The basic statistics table contains some important information about your samples, including total Sample #, Minimum and Maximum read length (if pre-filtering has occurred), total Nucleotide #, and GC%. Use this table to confirm any expected values, as well as to get an idea of the overall size of your experiment. In this example, you will see that the reads (if untrimmed) are all 36 nucleotides long.

QC_Summary_Table

Base distribution QC results are located in the Raw Data QC folder with name BasicStats. Double click the table view to open if you do not see basic statistics table in the middle window:

Base Distribution

Base distribution of each raw data file is useful for ensuring that the base distribution is expected (sometimes can be used to notice adapter sequences if the user is not aware that adapter sequences are in the read file). Base distribution QC results are located in the Raw Data QC folder with name BaseDistribution. By default, the BaseDistribution ProfileView should be shown, but if not, open it by double-clicking the Profile view from the Solution Explorer.

Base_Distribution

In View Controller, Legend section shows the color representations of A, G, C, and T. Based on the legend, it is easy to see the percentages of A, G, C, and T for each base pair position from the plot.

Notice that there are a total of 9 charts (scroll through them to look at each sample), one for each file that was QC d.

Selecting points on the chart will also show additional details in the Details Window.

One can also switch to line plot view by going to View Controller | Task | Customize | Change To Line Type.

Base_Line_Type

Read Quality QC

The QC results include a PerSequenceQuality (view and table), a QualityBoxPlot (view and table) and a OverallQualityReport (view and table) in the Solution Explorer. Per Sequence Quality calculates the average quality score for each read and shows the distribution of quality for all reads in each file.

Per_Sequence_Quality

Note that the first two files have far more poor-quality reads than the other files.

In Quality BoxPlot, all reads in a file are overlaid and box plot for each base pair position is shown.
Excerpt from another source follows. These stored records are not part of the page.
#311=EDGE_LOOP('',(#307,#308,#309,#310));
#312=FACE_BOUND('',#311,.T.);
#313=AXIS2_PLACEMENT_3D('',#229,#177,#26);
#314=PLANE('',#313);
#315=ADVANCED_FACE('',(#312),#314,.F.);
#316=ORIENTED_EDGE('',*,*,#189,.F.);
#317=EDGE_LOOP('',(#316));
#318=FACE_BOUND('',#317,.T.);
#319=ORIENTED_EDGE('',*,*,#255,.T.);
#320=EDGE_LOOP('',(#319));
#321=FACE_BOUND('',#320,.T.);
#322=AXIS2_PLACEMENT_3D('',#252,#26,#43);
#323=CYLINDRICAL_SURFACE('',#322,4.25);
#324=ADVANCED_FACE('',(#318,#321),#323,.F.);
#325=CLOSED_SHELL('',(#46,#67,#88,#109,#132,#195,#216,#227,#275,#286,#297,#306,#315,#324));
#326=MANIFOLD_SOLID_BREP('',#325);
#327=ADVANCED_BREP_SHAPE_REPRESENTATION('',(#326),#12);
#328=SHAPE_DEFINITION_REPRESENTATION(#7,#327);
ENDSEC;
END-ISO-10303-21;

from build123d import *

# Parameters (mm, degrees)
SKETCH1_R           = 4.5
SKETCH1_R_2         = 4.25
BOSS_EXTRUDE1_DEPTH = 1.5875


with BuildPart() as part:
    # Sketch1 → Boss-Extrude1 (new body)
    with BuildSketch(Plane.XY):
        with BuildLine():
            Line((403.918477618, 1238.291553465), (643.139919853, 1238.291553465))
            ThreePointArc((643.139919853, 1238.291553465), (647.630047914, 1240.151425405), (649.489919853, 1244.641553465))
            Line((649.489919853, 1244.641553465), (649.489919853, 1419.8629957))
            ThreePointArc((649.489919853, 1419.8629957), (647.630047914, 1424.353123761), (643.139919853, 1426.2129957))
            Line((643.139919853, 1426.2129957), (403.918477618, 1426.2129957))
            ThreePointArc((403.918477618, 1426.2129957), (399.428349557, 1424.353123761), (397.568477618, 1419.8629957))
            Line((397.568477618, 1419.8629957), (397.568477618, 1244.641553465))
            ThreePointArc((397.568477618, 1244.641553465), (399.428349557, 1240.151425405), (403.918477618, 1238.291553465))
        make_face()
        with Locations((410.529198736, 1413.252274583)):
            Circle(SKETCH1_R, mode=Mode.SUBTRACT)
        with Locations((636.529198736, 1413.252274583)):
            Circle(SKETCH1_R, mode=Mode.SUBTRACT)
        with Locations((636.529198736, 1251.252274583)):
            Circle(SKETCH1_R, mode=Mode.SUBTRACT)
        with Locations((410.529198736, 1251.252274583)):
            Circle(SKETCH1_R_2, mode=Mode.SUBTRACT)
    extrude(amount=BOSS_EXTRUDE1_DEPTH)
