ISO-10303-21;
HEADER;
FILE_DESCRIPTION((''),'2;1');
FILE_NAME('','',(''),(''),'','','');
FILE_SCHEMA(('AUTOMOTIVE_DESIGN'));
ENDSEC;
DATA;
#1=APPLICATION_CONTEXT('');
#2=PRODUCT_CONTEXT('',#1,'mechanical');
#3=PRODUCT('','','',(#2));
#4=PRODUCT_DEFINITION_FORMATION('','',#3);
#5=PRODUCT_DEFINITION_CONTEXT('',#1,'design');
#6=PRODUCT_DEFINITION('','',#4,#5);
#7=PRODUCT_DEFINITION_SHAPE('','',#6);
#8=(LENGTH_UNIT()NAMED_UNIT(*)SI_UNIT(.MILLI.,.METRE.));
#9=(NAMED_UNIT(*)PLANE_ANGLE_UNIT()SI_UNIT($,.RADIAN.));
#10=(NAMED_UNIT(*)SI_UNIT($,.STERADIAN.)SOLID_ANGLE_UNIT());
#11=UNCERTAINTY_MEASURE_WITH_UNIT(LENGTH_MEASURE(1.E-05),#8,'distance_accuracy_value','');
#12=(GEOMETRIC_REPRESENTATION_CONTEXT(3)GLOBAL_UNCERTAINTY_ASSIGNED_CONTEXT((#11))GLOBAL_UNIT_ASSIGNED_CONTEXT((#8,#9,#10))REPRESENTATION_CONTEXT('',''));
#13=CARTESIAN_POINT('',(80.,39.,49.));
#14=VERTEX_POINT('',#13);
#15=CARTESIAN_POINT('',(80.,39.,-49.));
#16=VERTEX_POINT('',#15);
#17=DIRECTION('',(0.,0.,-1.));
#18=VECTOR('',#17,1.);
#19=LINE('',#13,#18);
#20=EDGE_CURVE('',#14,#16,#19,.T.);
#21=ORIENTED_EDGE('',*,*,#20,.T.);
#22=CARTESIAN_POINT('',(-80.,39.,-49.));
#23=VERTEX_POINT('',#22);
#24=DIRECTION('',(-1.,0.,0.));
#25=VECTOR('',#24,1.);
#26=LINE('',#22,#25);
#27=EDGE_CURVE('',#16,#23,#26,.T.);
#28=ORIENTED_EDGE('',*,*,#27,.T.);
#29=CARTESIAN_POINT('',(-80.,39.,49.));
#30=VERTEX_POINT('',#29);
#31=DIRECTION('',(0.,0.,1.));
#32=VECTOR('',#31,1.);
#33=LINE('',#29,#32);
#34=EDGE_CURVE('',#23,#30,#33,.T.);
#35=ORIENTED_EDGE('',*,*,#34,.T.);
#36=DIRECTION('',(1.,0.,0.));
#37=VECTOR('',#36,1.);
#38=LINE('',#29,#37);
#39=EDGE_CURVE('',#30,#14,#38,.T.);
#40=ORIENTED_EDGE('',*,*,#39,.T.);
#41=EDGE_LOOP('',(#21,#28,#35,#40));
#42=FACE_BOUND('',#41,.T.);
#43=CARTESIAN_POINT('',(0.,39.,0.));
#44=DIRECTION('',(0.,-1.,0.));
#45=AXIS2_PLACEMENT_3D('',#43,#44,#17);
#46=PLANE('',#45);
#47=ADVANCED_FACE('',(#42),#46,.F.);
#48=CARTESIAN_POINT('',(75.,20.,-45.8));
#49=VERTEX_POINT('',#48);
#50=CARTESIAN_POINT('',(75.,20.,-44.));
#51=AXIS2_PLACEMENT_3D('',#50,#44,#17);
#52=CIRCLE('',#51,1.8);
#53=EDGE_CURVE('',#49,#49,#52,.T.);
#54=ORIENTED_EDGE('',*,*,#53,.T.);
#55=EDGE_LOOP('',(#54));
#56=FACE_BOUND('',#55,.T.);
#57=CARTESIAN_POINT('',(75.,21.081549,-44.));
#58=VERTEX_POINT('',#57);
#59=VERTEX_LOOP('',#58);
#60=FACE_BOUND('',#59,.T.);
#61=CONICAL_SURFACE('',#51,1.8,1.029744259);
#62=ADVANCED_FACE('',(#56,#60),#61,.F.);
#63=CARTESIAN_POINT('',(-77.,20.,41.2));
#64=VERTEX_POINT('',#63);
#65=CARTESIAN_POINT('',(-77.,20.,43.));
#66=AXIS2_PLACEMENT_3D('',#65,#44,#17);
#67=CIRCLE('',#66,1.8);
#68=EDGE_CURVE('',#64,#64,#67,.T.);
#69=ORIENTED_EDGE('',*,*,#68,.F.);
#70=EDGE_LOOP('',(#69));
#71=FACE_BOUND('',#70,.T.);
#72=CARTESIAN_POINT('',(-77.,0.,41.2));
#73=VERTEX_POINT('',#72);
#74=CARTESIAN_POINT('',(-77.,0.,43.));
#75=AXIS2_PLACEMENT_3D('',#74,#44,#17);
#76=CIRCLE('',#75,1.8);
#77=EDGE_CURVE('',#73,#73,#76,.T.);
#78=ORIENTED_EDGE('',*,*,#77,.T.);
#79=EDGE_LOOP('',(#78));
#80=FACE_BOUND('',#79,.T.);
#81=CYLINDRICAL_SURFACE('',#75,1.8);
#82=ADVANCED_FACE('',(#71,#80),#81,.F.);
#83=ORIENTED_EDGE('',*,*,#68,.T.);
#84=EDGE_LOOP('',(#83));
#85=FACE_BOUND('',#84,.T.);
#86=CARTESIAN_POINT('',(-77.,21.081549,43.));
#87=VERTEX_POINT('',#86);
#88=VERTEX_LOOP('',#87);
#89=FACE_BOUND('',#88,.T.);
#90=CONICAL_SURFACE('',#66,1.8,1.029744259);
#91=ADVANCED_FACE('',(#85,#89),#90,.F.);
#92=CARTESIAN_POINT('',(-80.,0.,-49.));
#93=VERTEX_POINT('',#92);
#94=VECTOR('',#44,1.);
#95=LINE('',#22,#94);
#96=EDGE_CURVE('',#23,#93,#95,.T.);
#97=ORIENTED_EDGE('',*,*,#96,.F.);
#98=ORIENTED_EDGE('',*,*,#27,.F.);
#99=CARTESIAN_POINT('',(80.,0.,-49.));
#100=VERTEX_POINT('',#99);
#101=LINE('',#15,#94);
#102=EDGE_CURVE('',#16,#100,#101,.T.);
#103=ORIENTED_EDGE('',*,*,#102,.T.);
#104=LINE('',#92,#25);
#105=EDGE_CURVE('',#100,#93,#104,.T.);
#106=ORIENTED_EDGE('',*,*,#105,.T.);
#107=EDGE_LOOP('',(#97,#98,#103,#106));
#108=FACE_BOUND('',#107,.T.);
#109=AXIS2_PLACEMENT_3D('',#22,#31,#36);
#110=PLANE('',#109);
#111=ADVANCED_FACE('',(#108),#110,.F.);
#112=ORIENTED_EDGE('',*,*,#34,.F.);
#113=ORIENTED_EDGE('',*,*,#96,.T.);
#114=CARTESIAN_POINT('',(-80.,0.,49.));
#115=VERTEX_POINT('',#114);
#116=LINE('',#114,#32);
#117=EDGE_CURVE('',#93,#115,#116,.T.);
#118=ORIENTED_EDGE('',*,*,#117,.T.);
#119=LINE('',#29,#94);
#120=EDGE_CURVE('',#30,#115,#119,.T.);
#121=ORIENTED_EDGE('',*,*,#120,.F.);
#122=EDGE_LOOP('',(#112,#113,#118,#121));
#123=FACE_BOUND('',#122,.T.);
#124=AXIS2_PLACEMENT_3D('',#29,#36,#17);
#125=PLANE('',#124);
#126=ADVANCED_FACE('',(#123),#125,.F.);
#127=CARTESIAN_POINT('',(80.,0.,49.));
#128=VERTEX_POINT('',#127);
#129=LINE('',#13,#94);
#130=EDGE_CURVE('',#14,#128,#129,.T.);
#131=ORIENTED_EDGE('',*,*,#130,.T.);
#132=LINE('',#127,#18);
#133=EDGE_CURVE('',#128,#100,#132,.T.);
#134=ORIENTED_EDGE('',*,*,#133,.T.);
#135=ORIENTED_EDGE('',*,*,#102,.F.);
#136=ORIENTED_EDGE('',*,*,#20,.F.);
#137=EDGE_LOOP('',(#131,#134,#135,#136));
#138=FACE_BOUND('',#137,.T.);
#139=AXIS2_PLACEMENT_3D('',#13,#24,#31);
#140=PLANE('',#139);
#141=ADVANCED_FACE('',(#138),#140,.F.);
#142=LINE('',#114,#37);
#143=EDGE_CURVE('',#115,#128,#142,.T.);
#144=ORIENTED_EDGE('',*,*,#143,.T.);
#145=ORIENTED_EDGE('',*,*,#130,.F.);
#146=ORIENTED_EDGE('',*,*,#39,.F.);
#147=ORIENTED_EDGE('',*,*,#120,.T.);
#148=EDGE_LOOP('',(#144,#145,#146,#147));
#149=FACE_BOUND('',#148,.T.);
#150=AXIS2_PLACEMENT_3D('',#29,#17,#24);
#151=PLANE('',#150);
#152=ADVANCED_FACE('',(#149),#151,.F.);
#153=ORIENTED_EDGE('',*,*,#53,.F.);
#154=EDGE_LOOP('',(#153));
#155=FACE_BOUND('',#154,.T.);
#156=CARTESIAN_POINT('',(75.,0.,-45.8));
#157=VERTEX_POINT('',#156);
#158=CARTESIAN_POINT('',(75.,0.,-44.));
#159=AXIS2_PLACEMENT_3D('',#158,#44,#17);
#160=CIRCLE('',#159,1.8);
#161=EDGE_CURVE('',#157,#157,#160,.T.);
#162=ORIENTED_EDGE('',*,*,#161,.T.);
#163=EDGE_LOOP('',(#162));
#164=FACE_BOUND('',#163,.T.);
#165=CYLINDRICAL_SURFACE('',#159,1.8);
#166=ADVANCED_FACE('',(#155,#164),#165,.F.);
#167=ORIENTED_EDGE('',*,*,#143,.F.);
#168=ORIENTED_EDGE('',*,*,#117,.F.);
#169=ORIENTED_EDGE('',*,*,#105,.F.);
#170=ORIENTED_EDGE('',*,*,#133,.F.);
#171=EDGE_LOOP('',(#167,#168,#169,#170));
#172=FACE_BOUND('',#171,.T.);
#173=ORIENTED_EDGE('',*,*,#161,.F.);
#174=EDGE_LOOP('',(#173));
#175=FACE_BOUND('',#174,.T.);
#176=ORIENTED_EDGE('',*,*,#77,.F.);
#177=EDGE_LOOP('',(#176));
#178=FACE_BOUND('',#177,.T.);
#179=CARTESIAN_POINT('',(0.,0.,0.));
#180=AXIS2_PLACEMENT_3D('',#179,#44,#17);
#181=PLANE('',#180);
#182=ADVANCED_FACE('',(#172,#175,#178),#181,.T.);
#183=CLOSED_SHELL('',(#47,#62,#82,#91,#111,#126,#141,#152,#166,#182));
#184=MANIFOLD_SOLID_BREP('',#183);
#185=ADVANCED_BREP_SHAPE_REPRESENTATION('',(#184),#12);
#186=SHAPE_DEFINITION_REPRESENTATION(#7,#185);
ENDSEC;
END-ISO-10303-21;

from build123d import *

# Parameters (mm, degrees)
SKETCH1_W                = 160
SKETCH1_H                = 98
BOSS_EXTRUDE1_DEPTH      = 39
M3_CLEARANCE_HOLE1_D     = 3.6
M3_CLEARANCE_HOLE1_DEPTH = 20
M3_CLEARANCE_HOLE1_TIP   = 1.081549114


with BuildPart() as part:
    # Sketch1 → Boss-Extrude1 (new body)
    with BuildSketch(Plane(origin=(0, 0, 0), x_dir=(1, 0, 0), z_dir=(0, 1, 0))):
        Rectangle(SKETCH1_W, SKETCH1_H)
    extrude(amount=BOSS_EXTRUDE1_DEPTH)

    # M3 Clearance Hole1
    with Locations(Plane(origin=(0, 0, 0), x_dir=(-1, 0, 0), z_dir=(0, -1, 0))):
        with Locations((-75, 44), (77, -43)):
            Hole(M3_CLEARANCE_HOLE1_D / 2, depth=M3_CLEARANCE_HOLE1_DEPTH)
            with Locations((0, 0, -(M3_CLEARANCE_HOLE1_DEPTH + M3_CLEARANCE_HOLE1_TIP / 2))):  # 118° drill point
                Cone(0, M3_CLEARANCE_HOLE1_D / 2, M3_CLEARANCE_HOLE1_TIP, mode=Mode.SUBTRACT)


solid = part.part
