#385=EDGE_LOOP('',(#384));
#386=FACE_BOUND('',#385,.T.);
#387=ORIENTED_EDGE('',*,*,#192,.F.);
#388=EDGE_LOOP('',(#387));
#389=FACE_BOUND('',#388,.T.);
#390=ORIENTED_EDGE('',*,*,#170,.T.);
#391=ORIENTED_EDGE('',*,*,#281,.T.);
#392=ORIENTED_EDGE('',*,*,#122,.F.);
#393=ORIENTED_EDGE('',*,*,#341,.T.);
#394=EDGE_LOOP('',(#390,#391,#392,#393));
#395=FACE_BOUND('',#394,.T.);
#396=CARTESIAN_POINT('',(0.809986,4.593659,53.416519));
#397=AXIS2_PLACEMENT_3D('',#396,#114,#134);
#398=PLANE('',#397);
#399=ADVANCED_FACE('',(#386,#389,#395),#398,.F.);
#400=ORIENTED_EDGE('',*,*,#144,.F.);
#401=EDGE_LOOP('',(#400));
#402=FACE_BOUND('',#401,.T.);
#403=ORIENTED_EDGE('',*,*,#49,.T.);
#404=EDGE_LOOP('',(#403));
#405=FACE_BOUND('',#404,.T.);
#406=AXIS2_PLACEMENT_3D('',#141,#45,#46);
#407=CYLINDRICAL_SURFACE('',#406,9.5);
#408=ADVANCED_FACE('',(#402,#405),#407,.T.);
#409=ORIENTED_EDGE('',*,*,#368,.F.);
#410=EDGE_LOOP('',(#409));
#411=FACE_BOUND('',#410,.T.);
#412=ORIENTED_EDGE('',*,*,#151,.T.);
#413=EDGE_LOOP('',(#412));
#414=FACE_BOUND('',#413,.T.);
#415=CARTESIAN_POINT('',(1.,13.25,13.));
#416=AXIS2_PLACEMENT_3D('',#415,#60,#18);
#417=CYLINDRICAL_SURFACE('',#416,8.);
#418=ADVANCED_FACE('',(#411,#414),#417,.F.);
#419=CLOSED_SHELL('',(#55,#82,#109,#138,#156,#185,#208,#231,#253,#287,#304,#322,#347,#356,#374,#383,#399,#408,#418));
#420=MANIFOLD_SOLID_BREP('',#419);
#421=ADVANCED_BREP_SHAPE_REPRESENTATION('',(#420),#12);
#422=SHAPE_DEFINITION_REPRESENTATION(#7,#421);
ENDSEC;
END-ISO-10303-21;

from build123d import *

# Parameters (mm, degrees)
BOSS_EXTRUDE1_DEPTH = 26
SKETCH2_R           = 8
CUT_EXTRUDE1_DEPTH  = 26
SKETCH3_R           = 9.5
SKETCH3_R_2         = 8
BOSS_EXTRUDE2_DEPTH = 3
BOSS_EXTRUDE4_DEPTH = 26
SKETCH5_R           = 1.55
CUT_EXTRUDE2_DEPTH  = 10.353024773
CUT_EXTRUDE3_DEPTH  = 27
This gives the user an idea where the quality starts to drop for most reads in a sample. It is useful to compare plots when evaluating sequencing quality for multiple samples.

Quality_Box_Plot

From the QualityBoxPlot view (shown above), it is clear that the quality of two files drops off earlier than the others. Scroll through each of the 9 charts to see the quality BoxPlots for each individual fastq file. Selecting a point on the chart will show additional details in the Details Window below the plot.

The Overall Quality Report summarizes the quality of each base pair. It shows the total number of base pairs in one input file that have a certain quality score.

Overall_Quality_Report

K-Mer analysis

The K-Mer Analysis module counts the enrichment of every possible 5-mer across the positions of the reads. This analysis identifies whether there is an enrichment of kmer on a particular region of the read. It can help find overrepresented patterns, such as adapters being read through when inserted fragment is short.

Kmer_Plot

In the KMerAnalysis profile view, Y-axis is the percentage of reads (0.1 means 10%) that contain each KMer. Without filtering, there is significant Kmer enrichment at the ends. For a miRNA-seq experiment, this is expected - in the next step, we will trim and filter reads to clean up the raw read data.